Marianne Williamson is sitting in a straight-backed chair in the library of her big house, bare feet propped up on an ottoman, casually clad in a loose pullover sweater and slacks. Her hair still slightly damp, she graciously apologizes for being just a few minutes late. It happened, she confesses, because she gave in to an impulse to grab a few more minutes of sleep after dropping her daughter, Emma, off at school.

Williamson seems relaxed and sunny, but her aura also says she has a lot to do and not enough time to do it in.

No wonder. The best-selling author, internationally known spiritual lecturer, spiritual leader of the now very popular Church of Today in Warren and somewhat-stressed single mom is in the midst of another of her ambitious projects. Williamson is not home much these days; she’s busy traveling around the country to talk about her latest book, Imagine: What America Could Be in the 21st Century. Rounding up and editing 40 essays by a smorgasbord of progressive, mystical, radical and New Age thinkers — including Deepak Chopra, bell hooks, U.S. Rep. Dennis Kucinich and Paul Hawken — may have been the easy part of making Imagine happen. Now comes the grind of not only promoting it but also motivating people to work toward its goals and the refreshing future it envisions. Just recently she’s been from Dallas and Denver to San Francisco and New York City.

In the adjacent hallway, a camera crew lugs equipment into the living room to shoot a segment for insertion into an upcoming broadcast of the Church of Today’s Sunday morning service. The phone rings frequently; her small staff fields the calls and acts as snap-to-it gofers whenever Williamson needs something done.

This is no quiet, ruminative pastor content to contemplate her flock and the best way through those pearly gates. This is a woman on a mission, with no false modesty attached. As she talks about her career — which includes writing seven books about spirituality, founding bicoastal nonprofit organizations for AIDS patients and engaging briefly with Los Angeles’ treacherous celebrity culture — her voice rises and falls dramatically. It ranges from an almost indignantly insistent tone to a low whisper that occasionally causes a reporter’s voice-activated tape recorder to shut down.

Ever since Williamson’s first book, A Return to Love: Reflections on the Principles of A Course In Miracles, hit the top of the New York Times best-seller list and stayed there for 39 weeks back in 1993, she’s been at the center of a spiritual whirlwind. Her move to the Midwest three years ago to begin leading the Church of Today has only brought winds of change and controversy there as well. Even something as seemingly simple as changing the church’s Sunday morning music generated controversy, she recalls.

“They’d play Broadway show tunes on Sunday morning!” she says incredulously. “They were songs that I like, but I thought it was unbelievably inappropriate for Sunday mornings. That is not a spiritual environment!”
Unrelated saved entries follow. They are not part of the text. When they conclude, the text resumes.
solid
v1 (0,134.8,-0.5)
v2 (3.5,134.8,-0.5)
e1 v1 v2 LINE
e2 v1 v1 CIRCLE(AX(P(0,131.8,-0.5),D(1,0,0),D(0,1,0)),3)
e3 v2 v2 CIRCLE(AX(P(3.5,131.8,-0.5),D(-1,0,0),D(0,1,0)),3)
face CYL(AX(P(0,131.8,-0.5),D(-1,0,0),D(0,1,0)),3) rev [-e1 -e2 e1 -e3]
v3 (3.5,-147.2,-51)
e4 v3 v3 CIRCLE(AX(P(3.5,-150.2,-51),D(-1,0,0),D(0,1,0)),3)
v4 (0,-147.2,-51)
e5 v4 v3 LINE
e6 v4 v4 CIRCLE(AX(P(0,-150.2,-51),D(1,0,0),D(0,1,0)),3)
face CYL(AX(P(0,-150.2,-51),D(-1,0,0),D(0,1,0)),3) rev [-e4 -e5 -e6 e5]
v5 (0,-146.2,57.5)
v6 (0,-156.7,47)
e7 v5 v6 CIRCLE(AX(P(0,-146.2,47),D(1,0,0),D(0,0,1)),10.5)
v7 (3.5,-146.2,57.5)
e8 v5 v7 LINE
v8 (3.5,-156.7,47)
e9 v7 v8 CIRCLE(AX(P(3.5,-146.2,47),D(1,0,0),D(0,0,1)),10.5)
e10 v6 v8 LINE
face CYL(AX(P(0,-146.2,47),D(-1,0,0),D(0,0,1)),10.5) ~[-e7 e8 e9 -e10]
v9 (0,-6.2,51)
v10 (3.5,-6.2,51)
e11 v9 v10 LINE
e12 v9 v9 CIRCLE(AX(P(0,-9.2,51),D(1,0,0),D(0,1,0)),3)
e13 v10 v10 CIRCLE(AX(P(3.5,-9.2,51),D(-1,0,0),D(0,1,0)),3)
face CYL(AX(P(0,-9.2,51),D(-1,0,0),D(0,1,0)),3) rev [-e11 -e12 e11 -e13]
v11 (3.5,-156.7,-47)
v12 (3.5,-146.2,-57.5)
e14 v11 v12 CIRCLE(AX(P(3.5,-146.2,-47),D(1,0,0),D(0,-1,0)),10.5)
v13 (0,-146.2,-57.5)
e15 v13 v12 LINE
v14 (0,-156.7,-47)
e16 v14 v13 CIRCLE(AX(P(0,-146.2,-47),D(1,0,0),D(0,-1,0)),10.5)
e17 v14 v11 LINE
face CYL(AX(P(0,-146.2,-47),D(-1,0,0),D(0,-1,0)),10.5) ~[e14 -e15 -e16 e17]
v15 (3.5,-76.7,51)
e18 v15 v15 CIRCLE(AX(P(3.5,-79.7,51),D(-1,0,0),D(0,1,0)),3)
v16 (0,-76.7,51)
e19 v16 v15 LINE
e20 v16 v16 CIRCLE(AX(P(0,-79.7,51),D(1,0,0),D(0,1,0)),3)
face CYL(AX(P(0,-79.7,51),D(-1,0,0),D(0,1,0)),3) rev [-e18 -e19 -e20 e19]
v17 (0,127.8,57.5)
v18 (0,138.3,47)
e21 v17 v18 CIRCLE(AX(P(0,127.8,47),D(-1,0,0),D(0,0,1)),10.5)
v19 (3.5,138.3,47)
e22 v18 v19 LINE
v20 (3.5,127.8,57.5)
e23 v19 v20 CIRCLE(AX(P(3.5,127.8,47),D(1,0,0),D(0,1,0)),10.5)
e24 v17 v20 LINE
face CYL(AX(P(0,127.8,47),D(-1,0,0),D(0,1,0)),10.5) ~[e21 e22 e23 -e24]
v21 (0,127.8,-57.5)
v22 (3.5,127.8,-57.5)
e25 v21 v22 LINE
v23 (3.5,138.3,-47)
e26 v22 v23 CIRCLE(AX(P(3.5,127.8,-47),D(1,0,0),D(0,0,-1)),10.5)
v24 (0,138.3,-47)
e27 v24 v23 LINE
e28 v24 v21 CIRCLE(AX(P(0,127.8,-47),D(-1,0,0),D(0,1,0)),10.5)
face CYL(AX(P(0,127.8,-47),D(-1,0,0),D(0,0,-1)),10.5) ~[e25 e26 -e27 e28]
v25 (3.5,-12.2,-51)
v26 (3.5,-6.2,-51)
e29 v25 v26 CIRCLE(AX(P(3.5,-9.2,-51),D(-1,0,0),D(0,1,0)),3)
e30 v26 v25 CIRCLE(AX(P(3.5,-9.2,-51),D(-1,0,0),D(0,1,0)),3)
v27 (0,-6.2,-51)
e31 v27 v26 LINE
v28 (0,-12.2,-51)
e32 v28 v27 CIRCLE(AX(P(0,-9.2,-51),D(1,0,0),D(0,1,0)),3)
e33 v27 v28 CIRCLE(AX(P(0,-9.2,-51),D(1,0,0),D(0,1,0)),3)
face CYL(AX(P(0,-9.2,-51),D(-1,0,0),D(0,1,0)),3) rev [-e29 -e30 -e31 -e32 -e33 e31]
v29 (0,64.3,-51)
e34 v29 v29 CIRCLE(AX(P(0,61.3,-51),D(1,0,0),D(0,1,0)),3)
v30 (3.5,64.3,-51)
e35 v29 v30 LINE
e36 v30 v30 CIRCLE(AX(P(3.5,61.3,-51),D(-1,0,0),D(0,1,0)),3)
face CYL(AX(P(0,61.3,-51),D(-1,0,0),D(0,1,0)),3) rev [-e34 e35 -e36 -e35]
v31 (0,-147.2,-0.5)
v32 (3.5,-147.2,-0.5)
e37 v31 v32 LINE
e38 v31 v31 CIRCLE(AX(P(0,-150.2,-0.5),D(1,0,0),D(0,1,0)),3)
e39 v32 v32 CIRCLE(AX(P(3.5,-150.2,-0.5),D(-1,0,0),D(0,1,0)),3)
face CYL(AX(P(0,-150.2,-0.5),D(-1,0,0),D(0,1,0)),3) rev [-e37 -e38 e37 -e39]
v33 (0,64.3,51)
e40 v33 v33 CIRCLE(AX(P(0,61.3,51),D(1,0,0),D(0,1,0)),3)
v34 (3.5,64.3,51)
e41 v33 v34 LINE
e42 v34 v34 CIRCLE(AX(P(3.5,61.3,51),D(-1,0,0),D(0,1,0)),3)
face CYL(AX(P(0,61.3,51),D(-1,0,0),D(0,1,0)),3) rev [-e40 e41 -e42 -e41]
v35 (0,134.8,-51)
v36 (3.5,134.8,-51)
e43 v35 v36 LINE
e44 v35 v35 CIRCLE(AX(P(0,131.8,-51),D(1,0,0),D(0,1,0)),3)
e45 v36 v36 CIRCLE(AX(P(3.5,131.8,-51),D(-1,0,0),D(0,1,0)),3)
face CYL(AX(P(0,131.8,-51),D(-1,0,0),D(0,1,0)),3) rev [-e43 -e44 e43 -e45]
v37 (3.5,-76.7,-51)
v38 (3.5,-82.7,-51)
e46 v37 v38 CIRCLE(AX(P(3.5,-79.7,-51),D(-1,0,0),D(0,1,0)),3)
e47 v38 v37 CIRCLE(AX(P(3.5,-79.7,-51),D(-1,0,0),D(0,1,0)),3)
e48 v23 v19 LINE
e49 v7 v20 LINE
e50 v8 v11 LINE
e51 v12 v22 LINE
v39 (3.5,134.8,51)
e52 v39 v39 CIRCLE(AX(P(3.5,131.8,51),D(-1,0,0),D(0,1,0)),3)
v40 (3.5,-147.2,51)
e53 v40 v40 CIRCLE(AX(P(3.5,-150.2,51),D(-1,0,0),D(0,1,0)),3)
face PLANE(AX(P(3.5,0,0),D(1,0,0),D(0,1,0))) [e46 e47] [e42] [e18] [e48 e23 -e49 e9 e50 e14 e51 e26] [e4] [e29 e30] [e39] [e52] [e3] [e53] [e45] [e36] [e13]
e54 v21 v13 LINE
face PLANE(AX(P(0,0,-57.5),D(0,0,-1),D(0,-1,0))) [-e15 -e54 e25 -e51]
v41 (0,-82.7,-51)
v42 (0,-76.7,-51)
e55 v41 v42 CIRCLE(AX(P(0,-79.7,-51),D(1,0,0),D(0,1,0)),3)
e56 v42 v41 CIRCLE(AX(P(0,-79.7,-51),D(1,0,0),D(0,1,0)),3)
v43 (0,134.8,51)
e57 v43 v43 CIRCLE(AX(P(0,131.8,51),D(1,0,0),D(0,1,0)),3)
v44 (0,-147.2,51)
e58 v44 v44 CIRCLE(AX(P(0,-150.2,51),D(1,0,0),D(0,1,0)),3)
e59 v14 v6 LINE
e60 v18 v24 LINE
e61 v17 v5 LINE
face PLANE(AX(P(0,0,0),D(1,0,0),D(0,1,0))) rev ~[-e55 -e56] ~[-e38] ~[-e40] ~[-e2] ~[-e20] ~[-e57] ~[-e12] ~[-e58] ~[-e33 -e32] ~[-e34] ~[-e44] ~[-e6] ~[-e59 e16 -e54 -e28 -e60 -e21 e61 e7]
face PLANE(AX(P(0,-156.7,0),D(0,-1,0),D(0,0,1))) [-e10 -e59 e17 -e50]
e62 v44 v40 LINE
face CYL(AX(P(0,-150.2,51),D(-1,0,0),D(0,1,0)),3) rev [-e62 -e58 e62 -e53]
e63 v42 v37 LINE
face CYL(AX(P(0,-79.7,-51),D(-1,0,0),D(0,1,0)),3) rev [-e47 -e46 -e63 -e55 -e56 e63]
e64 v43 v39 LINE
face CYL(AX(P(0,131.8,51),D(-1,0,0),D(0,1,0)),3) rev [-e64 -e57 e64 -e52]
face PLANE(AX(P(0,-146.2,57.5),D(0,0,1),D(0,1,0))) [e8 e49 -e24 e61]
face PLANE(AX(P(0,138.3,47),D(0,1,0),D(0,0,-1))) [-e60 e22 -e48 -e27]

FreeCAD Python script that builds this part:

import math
import FreeCAD as App
import Part
import Sketcher

V = App.Vector

doc = App.newDocument("Part")
body = doc.addObject("PartDesign::Body", "Body")

sketch1 = body.newObject("Sketcher::SketchObject", "Sketch")
sketch1.AttachmentSupport = (doc.getObject("YZ_Plane"), [""])
sketch1.MapMode = "FlatFace"
sketch1.addGeometry(Part.ArcOfCircle(Part.Circle(V(-146, 47, 0), V(0, 0, 1), 10), math.radians(90), math.radians(180)), False)
sketch1.addGeometry(Part.LineSegment(V(-157, 47, 0), V(-157, -47, 0)), False)
sketch1.addGeometry(Part.ArcOfCircle(Part.Circle(V(-146, -47, 0), V(0, 0, 1), 10), math.radians(180), math.radians(270)), False)
sketch1.addGeometry(Part.LineSegment(V(-146, -58, 0), V(128, -58, 0)), False)
sketch1.addGeometry(Part.ArcOfCircle(Part.Circle(V(128, -47, 0), V(0, 0, 1), 10), math.radians(-90), math.radians(0)), False)
sketch1.addGeometry(Part.LineSegment(V(138, -47, 0), V(138, 47, 0)), False)
sketch1.addGeometry(Part.ArcOfCircle(Part.Circle(V(128, 47, 0), V(0, 0, 1), 11), math.radians(0), math.radians(90)), False)
sketch1.addGeometry(Part.LineSegment(V(128, 58, 0), V(-146, 58, 0)), False)
sketch1.addConstraint(Sketcher.Constraint("Tangent", 0, 2, 1, 1))
sketch1.addConstraint(Sketcher.Constraint("Tangent", 1, 2, 2, 1))
sketch1.addConstraint(Sketcher.Constraint("Tangent", 2, 2, 3, 1))
sketch1.addConstraint(Sketcher.Constraint("Tangent", 3, 2, 4, 1))
sketch1.addConstraint(Sketcher.Constraint("Tangent", 4, 2, 5, 1))
sketch1.addConstraint(Sketcher.Constraint("Tangent", 5, 2, 6, 1))
sketch1.addConstraint(Sketcher.Constraint("Tangent", 6, 2, 7, 1))
sketch1.addConstraint(Sketcher.Constraint("Tangent", 7, 2, 0, 1))
sketch1.addConstraint(Sketcher.Constraint("Vertical", 1))
sketch1.addConstraint(Sketcher.Constraint("Horizontal", 3))
sketch1.addConstraint(Sketcher.Constraint("Vertical", 5))
sketch1.addConstraint(Sketcher.Constraint("Horizontal", 7))
sketch1.addConstraint(Sketcher.Constraint("Equal", 0, 2))
sketch1.addConstraint(Sketcher.Constraint("Equal", 2, 4))
sketch1.addConstraint(Sketcher.Constraint("Equal", 4, 6))
sketch1.addConstraint(Sketcher.Constraint("Radius", 0, 10.5))
sketch1.addConstraint(Sketcher.Constraint("DistanceY", 3, 2, 6, 2, 115.0))
sketch1.addConstraint(Sketcher.Constraint("DistanceX", -1, 1, 4, 2, 138.3))
sketch1.addConstraint(Sketcher.Constraint("DistanceX", 3, 1, 3, 2, 274.0))
sketch1.addConstraint(Sketcher.Constraint("DistanceY", -1, 1, 0, 3, 47.0))
pad1 = body.newObject("PartDesign::Pad", "Pad")
pad1.Profile = sketch1
pad1.Length = 3.5

sketch2 = body.newObject("Sketcher::SketchObject", "Sketch001")
sketch2.AttachmentSupport = (doc.getObject("YZ_Plane"), [""])
sketch2.MapMode = "FlatFace"
sketch2.addGeometry(Part.Circle(V(-150.2, -51, 0), V(0, 0, 1), 3), False)
sketch2.addGeometry(Part.Circle(V(-79.7, -51, 0), V(0, 0, 1), 3), False)
sketch2.addGeometry(Part.Circle(V(-9.2, -51, 0), V(0, 0, 1), 3), False)
sketch2.addGeometry(Part.Circle(V(-9.2, 51, 0), V(0, 0, 1), 3), False)
sketch2.addGeometry(Part.Circle(V(61.3, 51, 0), V(0, 0, 1), 3), False)
sketch2.addGeometry(Part.Circle(V(-150.2, -0.5, 0), V(0, 0, 1), 3), False)
sketch2.addGeometry(Part.Circle(V(131.8, 51, 0), V(0, 0, 1), 3), False)
sketch2.addGeometry(Part.Circle(V(131.8, -0.5, 0), V(0, 0, 1), 3), False)
sketch2.addGeometry(Part.Circle(V(61.3, -51, 0), V(0, 0, 1), 3), False)
sketch2.addGeometry(Part.Circle(V(-79.7, 51, 0), V(0, 0, 1), 3), False)
sketch2.addGeometry(Part.Circle(V(-150.2, 51, 0), V(0, 0, 1), 3), False)
sketch2.addGeometry(Part.Circle(V(131.8, -51, 0), V(0, 0, 1), 3), False)
sketch2.addConstraint(Sketcher.Constraint("Equal", 0, 1))
sketch2.addConstraint(Sketcher.Constraint("Equal", 1, 2))
sketch2.addConstraint(Sketcher.Constraint("Equal", 2, 3))
sketch2.addConstraint(Sketcher.Constraint("Equal", 3, 4))
sketch2.addConstraint(Sketcher.Constraint("Equal", 4, 5))
sketch2.addConstraint(Sketcher.Constraint("Equal", 5, 6))
sketch2.addConstraint(Sketcher.Constraint("Equal", 6, 7))
sketch2.addConstraint(Sketcher.Constraint("Equal", 7, 8))
sketch2.addConstraint(Sketcher.Constraint("Equal", 8, 9))
sketch2.addConstraint(Sketcher.Constraint("Equal", 9, 10))
sketch2.addConstraint(Sketcher.Constraint("Equal", 10, 11))
sketch2.addConstraint(Sketcher.Constraint("Symmetric", 2, 3, 3, 3, -1))
sketch2.addConstraint(Sketcher.Constraint("Symmetric", 4, 3, 8, 3, -1))
sketch2.addConstraint(Sketcher.Constraint("Symmetric", 1, 3, 9, 3, -1))
sketch2.addConstraint(Sketcher.Constraint("Symmetric", 0, 3, 10, 3, -1))
sketch2.addConstraint(Sketcher.Constraint("Symmetric", 6, 3, 11, 3, -1))
sketch2.addConstraint(Sketcher.Constraint("Horizontal", 0, 3, 1, 3))
sketch2.addConstraint(Sketcher.Constraint("Horizontal", 1, 3, 2, 3))
sketch2.addConstraint(Sketcher.Constraint("Horizontal", 3, 3, 4, 3))
sketch2.addConstraint(Sketcher.Constraint("Horizontal", 4, 3, 6, 3))
sketch2.addConstraint(Sketcher.Constraint("Horizontal", 5, 3, 7, 3))
sketch2.addConstraint(Sketcher.Constraint("Vertical", 0, 3, 5, 3))
sketch2.addConstraint(Sketcher.Constraint("Vertical", 6, 3, 7, 3))
sketch2.addConstraint(Sketcher.Constraint("Diameter", 0, 6.0))
sketch2.addConstraint(Sketcher.Constraint("DistanceX", 0, 3, 1, 3, 70.5))
sketch2.addConstraint(Sketcher.Constraint("DistanceX", 1, 3, 2, 3, 70.5))
sketch2.addConstraint(Sketcher.Constraint("DistanceX", 3, 3, 4, 3, 70.5))
sketch2.addConstraint(Sketcher.Constraint("DistanceX", 4, 3, 6, 3, 70.5))
sketch2.addConstraint(Sketcher.Constraint("DistanceY", 0, 3, -1, 1, 51.0))
sketch2.addConstraint(Sketcher.Constraint("DistanceX", 0, 3, -1, 1, 150.2))
sketch2.addConstraint(Sketcher.Constraint("DistanceY", 5, 3, -1, 1, 0.5))
pocket1 = body.newObject("PartDesign::Pocket", "Pocket")
pocket1.Profile = sketch2
pocket1.Length = 5
pocket1.Reversed = True

doc.recompute()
So she hired a brand-new gospel choir that makes music deeply rooted in black gospel harmonies and rhythms, but with lyrics honed to Williamson’s message.

“At the time it seemed like such a radical idea to people, “ she says. “You’d have thought I was trying to start World War III. But I love the music; to me it is an important ministry.”

The now-burgeoning church has one of the best gospel choirs in town. It draws frequent standing ovations from the nearly 3,000 people who now pass through the church’s doors every Sunday morning.

Fielding a great choir is an important tradition in African-American churches, but a surprise at a church that was, until recently, almost entirely white. It’s surprising, too, to hear a congregation fervently singing the old Motown hit “My Girl” transformed — by changing exactly one word — to “My God.”

“There is something for everybody there,” Williamson says. “I like that. I just want people to suck the juice out of the place.”

These days there’s quite a bit of juice at the Church of Today. Besides the plain, brightly lit, 1,600-seat auditorium where Sunday services are held, the sprawling, anonymous-looking, 1960s-style complex on the south side of the I-696 service drive between Hoover and Van Dyke also houses a large, well-stocked bookstore and gift shop; a coffee shop; an adjacent, smaller, video-friendly meeting room; extensive offices; and a TV control room and production studio. The coffee shop doubles as a gallery, its walls frequently decorated with sometimes-stunning original art.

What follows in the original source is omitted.